今回は「世界のエネルギー投資」を取り上げてご紹介いたします。
前回は、国内のエネルギー消費状況を取り上げましたが、今回は世界のエネルギーに関する投資動向を見てみます。
エネルギー部門に対する世界的な投資動向を分析した報告書「世界エネルギー投資(World Investment Report)」をIEA(国際エネルギー機関)が毎年発表しています。同報告書2024年版によると、2024年の世界のエネルギー投資(予測値)は前年比4.9%増の3兆1,200億ドルと、初めて3兆ドルを突破し、過去最高額を更新する見通しとなっています。うち、電力分野への投資は5.6%増の1兆3,820億ドルと予測しています。

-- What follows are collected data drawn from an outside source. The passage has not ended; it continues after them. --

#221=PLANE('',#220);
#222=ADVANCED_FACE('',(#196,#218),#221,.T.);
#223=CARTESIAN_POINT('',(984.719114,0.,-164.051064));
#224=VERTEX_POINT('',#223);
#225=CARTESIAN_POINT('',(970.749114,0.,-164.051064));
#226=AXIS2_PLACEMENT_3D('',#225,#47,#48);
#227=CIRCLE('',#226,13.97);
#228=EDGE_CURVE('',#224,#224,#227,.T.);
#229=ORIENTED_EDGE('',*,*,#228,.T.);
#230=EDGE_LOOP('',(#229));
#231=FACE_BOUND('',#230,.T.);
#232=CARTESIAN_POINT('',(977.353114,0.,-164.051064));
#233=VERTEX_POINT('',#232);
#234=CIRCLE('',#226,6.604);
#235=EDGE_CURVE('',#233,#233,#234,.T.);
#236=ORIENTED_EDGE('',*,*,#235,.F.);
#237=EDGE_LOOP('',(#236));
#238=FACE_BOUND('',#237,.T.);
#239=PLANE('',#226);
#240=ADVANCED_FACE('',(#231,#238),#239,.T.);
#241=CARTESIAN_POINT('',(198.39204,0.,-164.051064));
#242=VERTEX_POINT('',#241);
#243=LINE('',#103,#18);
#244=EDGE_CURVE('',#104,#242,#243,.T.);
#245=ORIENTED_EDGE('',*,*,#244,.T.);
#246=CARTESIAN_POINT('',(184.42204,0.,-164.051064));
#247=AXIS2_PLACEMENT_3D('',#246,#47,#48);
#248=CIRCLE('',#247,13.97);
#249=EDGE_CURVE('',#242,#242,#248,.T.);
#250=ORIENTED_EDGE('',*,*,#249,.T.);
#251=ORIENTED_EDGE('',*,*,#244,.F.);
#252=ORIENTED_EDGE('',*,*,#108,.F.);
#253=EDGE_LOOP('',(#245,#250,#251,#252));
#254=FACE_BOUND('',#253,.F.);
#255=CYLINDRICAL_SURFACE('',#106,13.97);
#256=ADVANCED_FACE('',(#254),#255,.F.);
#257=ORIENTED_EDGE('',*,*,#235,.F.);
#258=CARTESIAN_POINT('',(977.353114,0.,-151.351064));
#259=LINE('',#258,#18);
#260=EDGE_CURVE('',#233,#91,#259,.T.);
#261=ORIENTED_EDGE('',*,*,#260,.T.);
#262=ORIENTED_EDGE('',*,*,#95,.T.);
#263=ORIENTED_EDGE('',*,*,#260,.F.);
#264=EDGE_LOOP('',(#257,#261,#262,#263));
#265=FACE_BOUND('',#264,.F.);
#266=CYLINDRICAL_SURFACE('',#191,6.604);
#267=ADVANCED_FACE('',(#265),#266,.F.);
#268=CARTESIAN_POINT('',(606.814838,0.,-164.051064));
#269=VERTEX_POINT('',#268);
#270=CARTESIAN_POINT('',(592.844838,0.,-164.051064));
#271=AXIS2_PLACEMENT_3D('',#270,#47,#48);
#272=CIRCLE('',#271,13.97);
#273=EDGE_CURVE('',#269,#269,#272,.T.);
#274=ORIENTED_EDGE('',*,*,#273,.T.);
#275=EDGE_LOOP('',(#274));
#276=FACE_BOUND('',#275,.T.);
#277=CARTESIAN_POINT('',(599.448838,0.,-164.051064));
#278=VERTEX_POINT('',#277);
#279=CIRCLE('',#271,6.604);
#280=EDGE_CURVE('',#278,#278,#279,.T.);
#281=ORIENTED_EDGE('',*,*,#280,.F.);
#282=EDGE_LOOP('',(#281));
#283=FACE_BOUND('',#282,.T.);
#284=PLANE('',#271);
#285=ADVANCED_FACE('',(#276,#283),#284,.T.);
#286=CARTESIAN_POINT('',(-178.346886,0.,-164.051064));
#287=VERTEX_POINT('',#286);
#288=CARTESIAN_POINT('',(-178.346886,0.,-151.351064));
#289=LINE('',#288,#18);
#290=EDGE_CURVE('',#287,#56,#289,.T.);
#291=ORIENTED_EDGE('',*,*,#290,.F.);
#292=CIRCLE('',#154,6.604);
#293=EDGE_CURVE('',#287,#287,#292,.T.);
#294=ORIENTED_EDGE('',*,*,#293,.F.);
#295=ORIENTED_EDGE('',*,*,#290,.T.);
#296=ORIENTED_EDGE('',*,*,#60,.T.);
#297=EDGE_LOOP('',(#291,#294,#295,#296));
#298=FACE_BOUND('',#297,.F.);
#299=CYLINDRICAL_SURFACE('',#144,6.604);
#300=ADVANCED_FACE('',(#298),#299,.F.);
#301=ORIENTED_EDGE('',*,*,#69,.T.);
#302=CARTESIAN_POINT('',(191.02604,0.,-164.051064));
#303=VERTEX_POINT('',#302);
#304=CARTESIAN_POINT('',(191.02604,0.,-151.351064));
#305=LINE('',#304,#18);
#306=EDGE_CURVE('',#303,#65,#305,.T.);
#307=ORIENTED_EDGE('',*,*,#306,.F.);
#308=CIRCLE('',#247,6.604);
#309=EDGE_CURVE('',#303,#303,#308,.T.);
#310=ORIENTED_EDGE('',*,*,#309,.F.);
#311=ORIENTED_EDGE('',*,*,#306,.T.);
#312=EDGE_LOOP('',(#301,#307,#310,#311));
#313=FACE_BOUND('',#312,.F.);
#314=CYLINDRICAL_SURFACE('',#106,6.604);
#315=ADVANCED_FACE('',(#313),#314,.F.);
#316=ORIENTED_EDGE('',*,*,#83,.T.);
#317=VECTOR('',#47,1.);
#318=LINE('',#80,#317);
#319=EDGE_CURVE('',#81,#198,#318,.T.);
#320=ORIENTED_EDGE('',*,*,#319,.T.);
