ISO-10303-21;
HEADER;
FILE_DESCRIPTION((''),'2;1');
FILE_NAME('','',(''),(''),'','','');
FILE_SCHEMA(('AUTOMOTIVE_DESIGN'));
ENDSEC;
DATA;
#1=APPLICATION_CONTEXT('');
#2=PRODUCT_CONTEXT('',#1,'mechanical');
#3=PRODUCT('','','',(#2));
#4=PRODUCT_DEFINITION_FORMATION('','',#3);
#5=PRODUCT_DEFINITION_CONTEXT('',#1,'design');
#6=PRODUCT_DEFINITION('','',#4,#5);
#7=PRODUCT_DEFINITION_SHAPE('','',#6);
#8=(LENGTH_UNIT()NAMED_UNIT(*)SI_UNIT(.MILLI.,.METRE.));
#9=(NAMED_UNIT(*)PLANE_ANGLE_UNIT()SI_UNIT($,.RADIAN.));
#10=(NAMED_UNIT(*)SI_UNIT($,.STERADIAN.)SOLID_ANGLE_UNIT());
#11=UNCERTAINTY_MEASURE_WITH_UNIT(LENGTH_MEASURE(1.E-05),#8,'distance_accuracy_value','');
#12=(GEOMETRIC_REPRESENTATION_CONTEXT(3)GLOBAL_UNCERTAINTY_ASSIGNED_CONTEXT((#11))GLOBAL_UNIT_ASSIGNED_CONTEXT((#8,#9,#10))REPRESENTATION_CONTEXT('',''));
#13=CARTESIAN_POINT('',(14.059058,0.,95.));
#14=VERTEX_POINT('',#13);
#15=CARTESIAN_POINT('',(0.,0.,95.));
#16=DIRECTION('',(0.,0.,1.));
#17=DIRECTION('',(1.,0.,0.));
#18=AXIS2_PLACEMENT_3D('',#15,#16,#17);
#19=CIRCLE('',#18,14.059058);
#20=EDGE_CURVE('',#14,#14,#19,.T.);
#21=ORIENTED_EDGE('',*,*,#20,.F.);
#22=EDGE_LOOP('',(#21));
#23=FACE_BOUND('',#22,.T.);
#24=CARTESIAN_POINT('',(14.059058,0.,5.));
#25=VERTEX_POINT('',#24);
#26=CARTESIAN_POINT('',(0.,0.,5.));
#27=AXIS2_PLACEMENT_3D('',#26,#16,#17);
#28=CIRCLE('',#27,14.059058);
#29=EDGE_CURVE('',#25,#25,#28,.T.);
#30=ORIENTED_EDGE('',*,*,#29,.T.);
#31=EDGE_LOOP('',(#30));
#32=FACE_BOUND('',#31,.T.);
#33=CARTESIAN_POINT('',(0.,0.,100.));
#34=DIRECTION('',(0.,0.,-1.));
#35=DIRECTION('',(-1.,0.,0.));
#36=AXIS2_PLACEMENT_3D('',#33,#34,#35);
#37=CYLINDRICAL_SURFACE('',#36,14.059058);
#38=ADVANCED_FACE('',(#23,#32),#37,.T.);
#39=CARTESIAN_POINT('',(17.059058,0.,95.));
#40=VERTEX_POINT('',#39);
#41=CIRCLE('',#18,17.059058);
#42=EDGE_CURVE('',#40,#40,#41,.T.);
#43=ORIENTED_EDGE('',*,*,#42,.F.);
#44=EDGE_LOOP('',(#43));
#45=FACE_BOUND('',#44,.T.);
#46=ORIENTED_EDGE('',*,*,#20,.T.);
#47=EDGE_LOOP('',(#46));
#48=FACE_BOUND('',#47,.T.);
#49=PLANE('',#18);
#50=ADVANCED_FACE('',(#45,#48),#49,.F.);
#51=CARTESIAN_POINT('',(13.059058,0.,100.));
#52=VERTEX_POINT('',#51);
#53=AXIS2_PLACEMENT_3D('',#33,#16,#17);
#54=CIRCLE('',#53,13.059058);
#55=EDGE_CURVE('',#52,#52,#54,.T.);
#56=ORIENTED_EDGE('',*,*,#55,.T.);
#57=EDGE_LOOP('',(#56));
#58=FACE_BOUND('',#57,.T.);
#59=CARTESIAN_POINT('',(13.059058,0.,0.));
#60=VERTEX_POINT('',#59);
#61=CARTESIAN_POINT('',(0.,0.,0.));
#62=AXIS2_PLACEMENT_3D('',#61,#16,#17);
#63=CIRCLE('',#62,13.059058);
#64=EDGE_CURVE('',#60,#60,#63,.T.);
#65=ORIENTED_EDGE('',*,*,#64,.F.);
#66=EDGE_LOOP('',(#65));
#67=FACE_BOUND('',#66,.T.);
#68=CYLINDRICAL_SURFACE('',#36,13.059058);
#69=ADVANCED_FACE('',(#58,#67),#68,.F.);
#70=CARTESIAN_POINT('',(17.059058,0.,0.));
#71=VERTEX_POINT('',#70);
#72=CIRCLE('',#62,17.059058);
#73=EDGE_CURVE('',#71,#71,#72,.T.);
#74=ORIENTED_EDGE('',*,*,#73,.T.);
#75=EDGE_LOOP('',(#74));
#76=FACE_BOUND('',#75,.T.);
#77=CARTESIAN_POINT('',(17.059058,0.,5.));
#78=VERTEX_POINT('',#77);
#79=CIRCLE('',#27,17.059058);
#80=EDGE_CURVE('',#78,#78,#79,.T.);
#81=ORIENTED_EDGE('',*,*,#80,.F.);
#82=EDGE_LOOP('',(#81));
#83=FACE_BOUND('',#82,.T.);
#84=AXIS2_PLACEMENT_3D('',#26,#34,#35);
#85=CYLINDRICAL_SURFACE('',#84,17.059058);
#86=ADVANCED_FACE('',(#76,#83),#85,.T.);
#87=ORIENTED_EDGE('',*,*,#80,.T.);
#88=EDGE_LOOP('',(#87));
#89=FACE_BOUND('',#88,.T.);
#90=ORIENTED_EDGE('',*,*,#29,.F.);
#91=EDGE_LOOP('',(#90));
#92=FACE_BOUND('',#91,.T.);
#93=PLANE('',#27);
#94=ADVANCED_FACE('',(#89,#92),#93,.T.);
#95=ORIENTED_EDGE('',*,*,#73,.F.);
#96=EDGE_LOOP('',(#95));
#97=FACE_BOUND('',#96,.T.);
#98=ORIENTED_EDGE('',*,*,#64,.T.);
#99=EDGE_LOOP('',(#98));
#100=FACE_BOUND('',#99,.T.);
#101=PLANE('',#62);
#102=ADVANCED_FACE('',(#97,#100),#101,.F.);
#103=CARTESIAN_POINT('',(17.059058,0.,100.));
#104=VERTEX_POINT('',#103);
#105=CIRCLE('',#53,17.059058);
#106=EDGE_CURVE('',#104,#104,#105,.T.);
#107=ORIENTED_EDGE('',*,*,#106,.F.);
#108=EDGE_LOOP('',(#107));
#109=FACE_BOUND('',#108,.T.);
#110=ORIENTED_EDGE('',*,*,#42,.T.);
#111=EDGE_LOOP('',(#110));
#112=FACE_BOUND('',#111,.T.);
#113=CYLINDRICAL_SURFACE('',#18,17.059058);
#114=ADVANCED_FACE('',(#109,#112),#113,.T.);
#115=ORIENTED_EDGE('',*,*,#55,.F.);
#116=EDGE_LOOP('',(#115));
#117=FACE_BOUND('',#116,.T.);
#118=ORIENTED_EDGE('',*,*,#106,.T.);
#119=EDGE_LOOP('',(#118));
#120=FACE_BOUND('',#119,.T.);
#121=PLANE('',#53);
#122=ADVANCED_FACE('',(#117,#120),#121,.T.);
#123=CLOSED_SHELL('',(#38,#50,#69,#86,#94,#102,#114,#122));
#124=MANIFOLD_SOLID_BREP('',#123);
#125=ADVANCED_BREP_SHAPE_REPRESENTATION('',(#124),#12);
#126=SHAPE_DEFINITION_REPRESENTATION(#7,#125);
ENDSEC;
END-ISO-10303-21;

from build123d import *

# Parameters (mm, degrees)
ESQUISSE1_R        = 14.059058324
ESQUISSE1_R_2      = 13.059058324
BOSS_EXTRU_3_DEPTH = 100
ESQUISSE1_6_R      = 17.059058324
ESQUISSE1_6_R_2    = 14.059058324
BOSS_EXTRU_4_DEPTH = 5
BOSS_EXTRU_5_START = -5
ESQUISSE2_R        = 17.059058324
ESQUISSE2_R_2      = 14.059058324
BOSS_EXTRU_5_DEPTH = 5


with BuildPart() as part:
    # Esquisse1 → Boss.-Extru.3 (new body)
    with BuildSketch(Plane.XY):
        Circle(ESQUISSE1_R)
        Circle(ESQUISSE1_R_2, mode=Mode.SUBTRACT)
    extrude(amount=BOSS_EXTRU_3_DEPTH)

    # Esquisse1<6> → Boss.-Extru.4 (add)
    with BuildSketch(Plane.XY):
        Circle(ESQUISSE1_6_R)
        Circle(ESQUISSE1_6_R_2, mode=Mode.SUBTRACT)
    extrude(amount=BOSS_EXTRU_4_DEPTH)

    # Esquisse2 → Boss.-Extru.5 (add)
    with BuildSketch(Plane.XY.offset(100).offset(BOSS_EXTRU_5_START)):
        Circle(ESQUISSE2_R)
        Circle(ESQUISSE2_R_2, mode=Mode.SUBTRACT)
    extrude(amount=BOSS_EXTRU_5_DEPTH)


solid = part.part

それでは、世界のエネルギー投資度のこれまでどのように推移していて、クリーンエネルギー投資と化石燃料投資にどのような違いがあるのでしょうか。クリーンエネルギー投資の内訳はどのようになっているのでしょうか。再生可能エネルギー投資は、送電網・電力貯蔵(蓄電池)への投資と比べてどのように推移しているのでしょうか。
実際に数字を見て確認したいと思います。
まず、世界全体のエネルギー投資の推移を見てみます。2015年は2.5兆ドルで、2016年以降、2.4兆ドル前後で横ばいが続いていましたが、2020年に新型コロナの影響もあり、2.2兆ドルに落ち込みます。以降は増加トレンドに転じ、2024年は3.1兆ドルと3兆ドルを超えて過去最高に達しています。このうちクリーンエネルギー投資の推移を見てみると、2015年は1.1兆ドルでしたが、以降微増トレンドで2020年には1.3兆ドルとなっています。以降増加傾向が加速しており2024年には2兆ドルに達しています。一方、化石燃料投資は2015年は1.4兆ドルでしたが、以降減少トレンドとなっており2020年には0.9兆ドルとなっています。以降は微増トレンドに転じており、2024年には1.1兆ドルとなっています。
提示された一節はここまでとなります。